2 The Baby May Not Look Perfect
Oh, we know – all babies are perfect. And your baby? Well, your baby looks like a gorgeous little cherub. She’s beautiful. Um, maybe not right now. Sorry. But, at birth most babies kind of look like aliens. If you’re having a C-section, your baby will probably look less odd. Why? Instead of making her way down the ever-squishing birth canal, a C-section baby is lifted out of the uterus. This means the baby’s head won’t get pressed into a weirdo football shape.
Some vaginal deliveries require vacuums or forceps to get the baby out. These aren’t the high-powered kinds of vacuums you use to sweep up all the pet hair in your house. They’re gentle versions that doctors use to quickly extract a baby. But, they may make the baby’s head somewhat misshapen – at least for the time right after delivery.
Along with your baby’s oddly shaped head, she’ll also come out covered in all kinds of goo. Obviously. She’s been swimming around in that amniotic fluid and you’ve got some bleeding going on down there. It’s okay. The medical staff are totally efficient when it comes to wiping off a newborn. Your little angel will be photo ready in minutes.
1 Bodily Functions Get Scary
It’s your baby’s big birth day. Yay! You pushed and pushed and pushed, and now she’s out. The pain is over. Hmm. Maybe not. Yes, the contraction pain is over. Pretty much. You may have some post-delivery cramping as your uterus starts to shrink down. But, we’re talking about another type of pain.
Your lady parts will hurt. It’s likely that they’ll hurt enough to make even the thought of peeing terrify you. With all of the stretching, tearing and other stuff that’s been going on down there, it’s no wonder why emptying your bladder doesn’t exactly feel good. You’ll pretty much want to put your whole hoo-ha on ice, and keep it there.

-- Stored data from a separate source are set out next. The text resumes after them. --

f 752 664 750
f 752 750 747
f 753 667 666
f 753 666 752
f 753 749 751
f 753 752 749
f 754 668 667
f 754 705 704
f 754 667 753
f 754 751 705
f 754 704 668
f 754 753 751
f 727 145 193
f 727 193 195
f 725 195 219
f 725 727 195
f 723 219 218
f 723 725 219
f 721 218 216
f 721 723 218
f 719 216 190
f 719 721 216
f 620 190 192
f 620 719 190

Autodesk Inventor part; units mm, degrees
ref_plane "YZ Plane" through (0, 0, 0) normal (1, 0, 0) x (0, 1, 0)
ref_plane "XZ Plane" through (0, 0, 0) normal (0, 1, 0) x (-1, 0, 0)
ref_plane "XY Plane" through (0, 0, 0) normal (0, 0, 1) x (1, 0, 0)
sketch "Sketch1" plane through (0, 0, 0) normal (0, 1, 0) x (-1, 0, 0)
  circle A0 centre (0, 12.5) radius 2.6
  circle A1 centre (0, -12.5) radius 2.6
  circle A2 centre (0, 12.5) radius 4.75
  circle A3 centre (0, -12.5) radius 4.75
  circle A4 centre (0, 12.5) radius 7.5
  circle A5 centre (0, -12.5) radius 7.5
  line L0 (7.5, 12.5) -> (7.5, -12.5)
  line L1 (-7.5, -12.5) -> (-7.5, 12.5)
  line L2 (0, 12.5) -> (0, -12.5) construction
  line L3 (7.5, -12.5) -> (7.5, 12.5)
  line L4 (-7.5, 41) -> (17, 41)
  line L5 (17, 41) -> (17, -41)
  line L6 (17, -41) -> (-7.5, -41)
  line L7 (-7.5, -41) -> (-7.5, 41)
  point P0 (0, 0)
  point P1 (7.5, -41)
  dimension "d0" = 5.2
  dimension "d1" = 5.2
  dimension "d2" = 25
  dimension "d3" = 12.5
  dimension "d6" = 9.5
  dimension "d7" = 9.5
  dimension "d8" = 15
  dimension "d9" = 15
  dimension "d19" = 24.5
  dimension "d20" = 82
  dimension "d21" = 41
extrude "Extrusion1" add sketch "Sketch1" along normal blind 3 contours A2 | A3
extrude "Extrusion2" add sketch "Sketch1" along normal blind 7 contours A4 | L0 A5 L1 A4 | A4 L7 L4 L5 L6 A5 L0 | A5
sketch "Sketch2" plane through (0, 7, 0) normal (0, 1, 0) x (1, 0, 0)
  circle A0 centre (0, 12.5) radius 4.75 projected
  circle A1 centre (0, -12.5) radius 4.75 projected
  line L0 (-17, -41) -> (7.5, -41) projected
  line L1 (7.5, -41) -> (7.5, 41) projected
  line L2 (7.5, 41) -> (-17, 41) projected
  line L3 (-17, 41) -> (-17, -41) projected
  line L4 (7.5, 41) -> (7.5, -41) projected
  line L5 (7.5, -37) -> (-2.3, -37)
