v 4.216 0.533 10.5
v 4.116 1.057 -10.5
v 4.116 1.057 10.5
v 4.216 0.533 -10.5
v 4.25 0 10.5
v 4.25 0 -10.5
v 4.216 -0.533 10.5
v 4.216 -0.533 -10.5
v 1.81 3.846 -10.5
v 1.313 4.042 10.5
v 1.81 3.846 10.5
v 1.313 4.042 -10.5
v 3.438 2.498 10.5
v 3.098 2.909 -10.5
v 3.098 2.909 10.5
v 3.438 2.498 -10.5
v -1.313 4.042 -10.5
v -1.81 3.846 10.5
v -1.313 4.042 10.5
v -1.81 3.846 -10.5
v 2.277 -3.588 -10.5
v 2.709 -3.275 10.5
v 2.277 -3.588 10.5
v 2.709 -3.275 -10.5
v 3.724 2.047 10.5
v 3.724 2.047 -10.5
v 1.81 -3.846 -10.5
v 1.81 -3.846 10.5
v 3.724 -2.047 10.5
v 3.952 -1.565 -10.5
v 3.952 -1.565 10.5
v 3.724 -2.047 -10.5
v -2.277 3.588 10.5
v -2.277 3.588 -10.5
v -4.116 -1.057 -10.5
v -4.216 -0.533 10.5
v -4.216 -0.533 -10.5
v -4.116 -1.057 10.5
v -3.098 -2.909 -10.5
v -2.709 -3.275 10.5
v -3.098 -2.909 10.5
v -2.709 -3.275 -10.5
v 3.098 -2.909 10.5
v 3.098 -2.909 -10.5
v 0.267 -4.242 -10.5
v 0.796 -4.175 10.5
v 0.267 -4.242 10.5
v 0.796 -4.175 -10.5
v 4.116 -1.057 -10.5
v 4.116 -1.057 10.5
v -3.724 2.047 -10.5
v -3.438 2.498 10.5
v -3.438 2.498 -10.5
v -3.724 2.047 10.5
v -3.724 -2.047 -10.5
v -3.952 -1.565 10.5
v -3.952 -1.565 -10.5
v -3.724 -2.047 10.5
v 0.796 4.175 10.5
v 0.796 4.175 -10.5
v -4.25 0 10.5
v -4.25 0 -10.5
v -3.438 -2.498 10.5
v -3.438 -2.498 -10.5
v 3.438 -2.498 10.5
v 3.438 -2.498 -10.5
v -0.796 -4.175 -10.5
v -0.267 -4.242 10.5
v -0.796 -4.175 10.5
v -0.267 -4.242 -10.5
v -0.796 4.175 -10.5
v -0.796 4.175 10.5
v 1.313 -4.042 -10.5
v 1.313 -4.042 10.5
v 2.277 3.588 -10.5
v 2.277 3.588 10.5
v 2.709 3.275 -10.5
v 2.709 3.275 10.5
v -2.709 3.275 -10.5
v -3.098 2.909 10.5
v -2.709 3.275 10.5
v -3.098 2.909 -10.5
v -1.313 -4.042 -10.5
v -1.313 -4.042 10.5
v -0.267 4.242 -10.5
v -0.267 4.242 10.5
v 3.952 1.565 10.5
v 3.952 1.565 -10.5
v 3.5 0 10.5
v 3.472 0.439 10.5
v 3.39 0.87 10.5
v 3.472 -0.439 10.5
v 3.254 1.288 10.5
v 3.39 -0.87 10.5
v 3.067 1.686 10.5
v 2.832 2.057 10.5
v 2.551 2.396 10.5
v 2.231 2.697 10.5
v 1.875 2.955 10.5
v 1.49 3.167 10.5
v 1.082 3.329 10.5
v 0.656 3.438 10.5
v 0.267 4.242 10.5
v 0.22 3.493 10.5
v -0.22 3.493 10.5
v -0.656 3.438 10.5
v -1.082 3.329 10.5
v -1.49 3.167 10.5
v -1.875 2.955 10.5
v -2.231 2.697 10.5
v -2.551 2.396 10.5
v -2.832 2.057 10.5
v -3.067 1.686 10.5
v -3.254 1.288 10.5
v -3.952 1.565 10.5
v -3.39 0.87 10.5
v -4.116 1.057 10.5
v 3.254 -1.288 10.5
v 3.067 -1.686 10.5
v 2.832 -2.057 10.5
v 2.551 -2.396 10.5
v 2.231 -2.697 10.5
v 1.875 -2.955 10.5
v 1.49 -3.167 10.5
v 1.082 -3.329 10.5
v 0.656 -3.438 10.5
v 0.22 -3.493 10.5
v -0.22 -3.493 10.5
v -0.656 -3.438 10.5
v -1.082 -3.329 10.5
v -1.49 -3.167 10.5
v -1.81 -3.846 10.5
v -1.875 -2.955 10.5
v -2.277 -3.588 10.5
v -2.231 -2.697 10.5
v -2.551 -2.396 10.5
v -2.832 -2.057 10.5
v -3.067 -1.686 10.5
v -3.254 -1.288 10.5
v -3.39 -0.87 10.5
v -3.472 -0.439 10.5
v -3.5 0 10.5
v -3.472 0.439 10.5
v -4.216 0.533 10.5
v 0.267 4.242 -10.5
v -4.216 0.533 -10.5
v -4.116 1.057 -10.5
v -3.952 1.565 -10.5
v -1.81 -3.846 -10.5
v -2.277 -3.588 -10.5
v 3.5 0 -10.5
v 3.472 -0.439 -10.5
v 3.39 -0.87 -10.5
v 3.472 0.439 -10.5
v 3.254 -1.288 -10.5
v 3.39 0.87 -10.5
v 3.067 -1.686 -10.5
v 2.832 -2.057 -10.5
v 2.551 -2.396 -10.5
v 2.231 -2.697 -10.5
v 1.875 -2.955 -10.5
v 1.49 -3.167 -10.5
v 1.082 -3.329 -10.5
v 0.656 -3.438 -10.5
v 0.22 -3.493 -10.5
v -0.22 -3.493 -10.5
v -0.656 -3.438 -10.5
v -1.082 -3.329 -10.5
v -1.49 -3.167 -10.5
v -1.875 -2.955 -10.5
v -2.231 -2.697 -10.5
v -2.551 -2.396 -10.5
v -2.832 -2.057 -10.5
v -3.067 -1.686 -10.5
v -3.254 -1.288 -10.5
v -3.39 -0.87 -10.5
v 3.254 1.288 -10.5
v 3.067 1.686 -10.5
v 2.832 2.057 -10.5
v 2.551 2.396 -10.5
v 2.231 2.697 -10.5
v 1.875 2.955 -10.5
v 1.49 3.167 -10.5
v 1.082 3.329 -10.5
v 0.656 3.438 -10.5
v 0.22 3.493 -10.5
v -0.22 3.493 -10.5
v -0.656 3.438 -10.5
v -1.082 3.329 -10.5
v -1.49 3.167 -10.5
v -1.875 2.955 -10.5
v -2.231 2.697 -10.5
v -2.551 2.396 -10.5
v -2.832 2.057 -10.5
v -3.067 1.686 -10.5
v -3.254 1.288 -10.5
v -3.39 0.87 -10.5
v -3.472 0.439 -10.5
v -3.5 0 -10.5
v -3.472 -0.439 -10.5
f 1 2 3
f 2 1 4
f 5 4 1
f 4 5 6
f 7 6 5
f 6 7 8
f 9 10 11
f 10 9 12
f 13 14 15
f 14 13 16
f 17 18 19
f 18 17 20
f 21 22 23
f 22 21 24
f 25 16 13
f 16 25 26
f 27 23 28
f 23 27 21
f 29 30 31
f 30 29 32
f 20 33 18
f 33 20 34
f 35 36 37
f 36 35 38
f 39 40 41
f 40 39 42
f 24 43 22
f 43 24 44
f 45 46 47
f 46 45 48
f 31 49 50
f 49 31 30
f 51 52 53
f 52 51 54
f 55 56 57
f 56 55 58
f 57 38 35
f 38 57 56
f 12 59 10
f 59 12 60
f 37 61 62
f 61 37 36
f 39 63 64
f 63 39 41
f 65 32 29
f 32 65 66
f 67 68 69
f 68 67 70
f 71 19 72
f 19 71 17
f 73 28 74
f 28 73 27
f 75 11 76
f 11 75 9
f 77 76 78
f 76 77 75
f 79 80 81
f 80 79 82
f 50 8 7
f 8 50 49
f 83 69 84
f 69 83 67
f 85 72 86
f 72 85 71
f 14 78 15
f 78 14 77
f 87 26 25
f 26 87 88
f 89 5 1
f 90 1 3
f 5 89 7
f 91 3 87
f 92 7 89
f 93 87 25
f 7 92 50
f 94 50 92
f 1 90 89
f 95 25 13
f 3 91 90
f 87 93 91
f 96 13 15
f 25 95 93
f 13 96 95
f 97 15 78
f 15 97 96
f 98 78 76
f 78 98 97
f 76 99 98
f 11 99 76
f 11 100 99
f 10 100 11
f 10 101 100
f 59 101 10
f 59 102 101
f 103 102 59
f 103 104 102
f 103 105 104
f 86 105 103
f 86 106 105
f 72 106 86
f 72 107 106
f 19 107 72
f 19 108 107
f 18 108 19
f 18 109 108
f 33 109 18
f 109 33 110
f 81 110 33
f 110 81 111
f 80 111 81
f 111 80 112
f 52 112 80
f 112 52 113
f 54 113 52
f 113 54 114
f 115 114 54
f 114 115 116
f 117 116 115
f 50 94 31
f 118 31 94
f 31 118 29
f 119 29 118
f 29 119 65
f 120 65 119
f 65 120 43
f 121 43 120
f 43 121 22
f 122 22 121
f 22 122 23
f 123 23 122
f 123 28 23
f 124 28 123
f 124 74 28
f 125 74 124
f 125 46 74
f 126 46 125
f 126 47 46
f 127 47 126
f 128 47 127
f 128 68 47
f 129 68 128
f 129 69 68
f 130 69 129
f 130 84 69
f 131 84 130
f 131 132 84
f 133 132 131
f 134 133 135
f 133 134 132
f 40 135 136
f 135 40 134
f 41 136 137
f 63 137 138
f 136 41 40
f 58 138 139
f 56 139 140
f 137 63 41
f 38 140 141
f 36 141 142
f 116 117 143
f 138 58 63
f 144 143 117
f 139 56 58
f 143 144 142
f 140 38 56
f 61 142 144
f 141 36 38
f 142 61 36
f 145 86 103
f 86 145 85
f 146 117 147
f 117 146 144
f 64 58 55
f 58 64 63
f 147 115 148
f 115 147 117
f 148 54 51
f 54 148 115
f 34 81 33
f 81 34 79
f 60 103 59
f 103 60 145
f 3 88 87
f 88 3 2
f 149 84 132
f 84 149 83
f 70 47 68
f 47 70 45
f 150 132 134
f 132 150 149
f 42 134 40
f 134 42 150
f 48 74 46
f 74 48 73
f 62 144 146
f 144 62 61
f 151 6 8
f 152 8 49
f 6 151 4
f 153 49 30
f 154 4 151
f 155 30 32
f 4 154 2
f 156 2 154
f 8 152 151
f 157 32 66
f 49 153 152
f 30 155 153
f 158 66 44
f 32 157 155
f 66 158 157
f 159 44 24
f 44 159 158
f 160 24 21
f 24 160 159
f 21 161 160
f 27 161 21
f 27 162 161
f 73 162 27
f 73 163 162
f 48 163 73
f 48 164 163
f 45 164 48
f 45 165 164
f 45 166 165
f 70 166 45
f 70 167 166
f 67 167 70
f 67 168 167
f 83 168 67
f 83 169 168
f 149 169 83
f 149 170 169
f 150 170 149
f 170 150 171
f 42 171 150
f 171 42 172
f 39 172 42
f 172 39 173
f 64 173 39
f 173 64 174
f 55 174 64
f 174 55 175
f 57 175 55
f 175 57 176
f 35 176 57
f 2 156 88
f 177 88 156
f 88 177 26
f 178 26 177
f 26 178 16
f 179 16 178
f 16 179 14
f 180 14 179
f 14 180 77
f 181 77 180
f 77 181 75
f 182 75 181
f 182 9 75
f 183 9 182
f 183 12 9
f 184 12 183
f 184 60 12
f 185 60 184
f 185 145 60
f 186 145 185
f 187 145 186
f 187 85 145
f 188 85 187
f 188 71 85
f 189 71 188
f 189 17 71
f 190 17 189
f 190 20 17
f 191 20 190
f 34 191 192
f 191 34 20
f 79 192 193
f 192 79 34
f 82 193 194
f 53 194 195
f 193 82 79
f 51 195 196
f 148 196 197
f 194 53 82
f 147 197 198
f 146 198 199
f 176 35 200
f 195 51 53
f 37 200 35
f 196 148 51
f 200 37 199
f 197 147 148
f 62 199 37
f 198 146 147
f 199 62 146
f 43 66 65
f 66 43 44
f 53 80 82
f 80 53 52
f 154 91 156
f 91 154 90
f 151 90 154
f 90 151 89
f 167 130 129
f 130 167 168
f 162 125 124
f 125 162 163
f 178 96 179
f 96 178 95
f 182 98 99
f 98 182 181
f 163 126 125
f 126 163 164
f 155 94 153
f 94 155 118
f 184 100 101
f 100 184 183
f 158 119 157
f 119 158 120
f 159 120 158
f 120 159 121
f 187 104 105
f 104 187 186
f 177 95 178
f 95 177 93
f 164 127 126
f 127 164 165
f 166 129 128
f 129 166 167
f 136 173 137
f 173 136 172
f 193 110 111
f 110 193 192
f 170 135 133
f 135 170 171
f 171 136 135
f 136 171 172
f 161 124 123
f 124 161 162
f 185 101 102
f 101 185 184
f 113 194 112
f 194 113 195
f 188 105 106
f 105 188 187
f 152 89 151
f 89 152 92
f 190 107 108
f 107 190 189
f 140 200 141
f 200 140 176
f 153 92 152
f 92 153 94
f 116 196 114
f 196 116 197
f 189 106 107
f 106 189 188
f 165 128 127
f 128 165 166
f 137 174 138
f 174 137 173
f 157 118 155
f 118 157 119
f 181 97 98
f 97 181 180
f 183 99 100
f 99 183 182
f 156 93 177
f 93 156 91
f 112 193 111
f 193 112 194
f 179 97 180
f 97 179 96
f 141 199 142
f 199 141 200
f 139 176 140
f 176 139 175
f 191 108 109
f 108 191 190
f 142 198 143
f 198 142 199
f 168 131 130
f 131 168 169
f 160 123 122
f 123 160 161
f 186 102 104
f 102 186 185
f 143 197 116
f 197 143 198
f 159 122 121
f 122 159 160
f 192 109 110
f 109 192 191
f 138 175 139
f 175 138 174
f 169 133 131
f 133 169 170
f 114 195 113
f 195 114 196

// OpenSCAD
$fn = 50;


difference() {
	union() {
		translate(v = [0, 0, -10.5000000000]) {
			cylinder(h = 21, r = 4.2500000000);
		}
	}
	union() {
		translate(v = [0, 0, -100.0000000000]) {
			cylinder(h = 200, r = 3.5000000000);
		}
	}
}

Even though you didn’t deliver via the back door, that whole area will hurt too. Some women have anal tearing (or tearing that goes close enough to the area to hurt). That, combined with fatigue from pushing baby out, may make the thought of going number two scary enough to keep you tightly bound. Even though your fear is keeping everything clenched, you need to let it loose. If not, you may get constipated. And, that will only make it hurt more.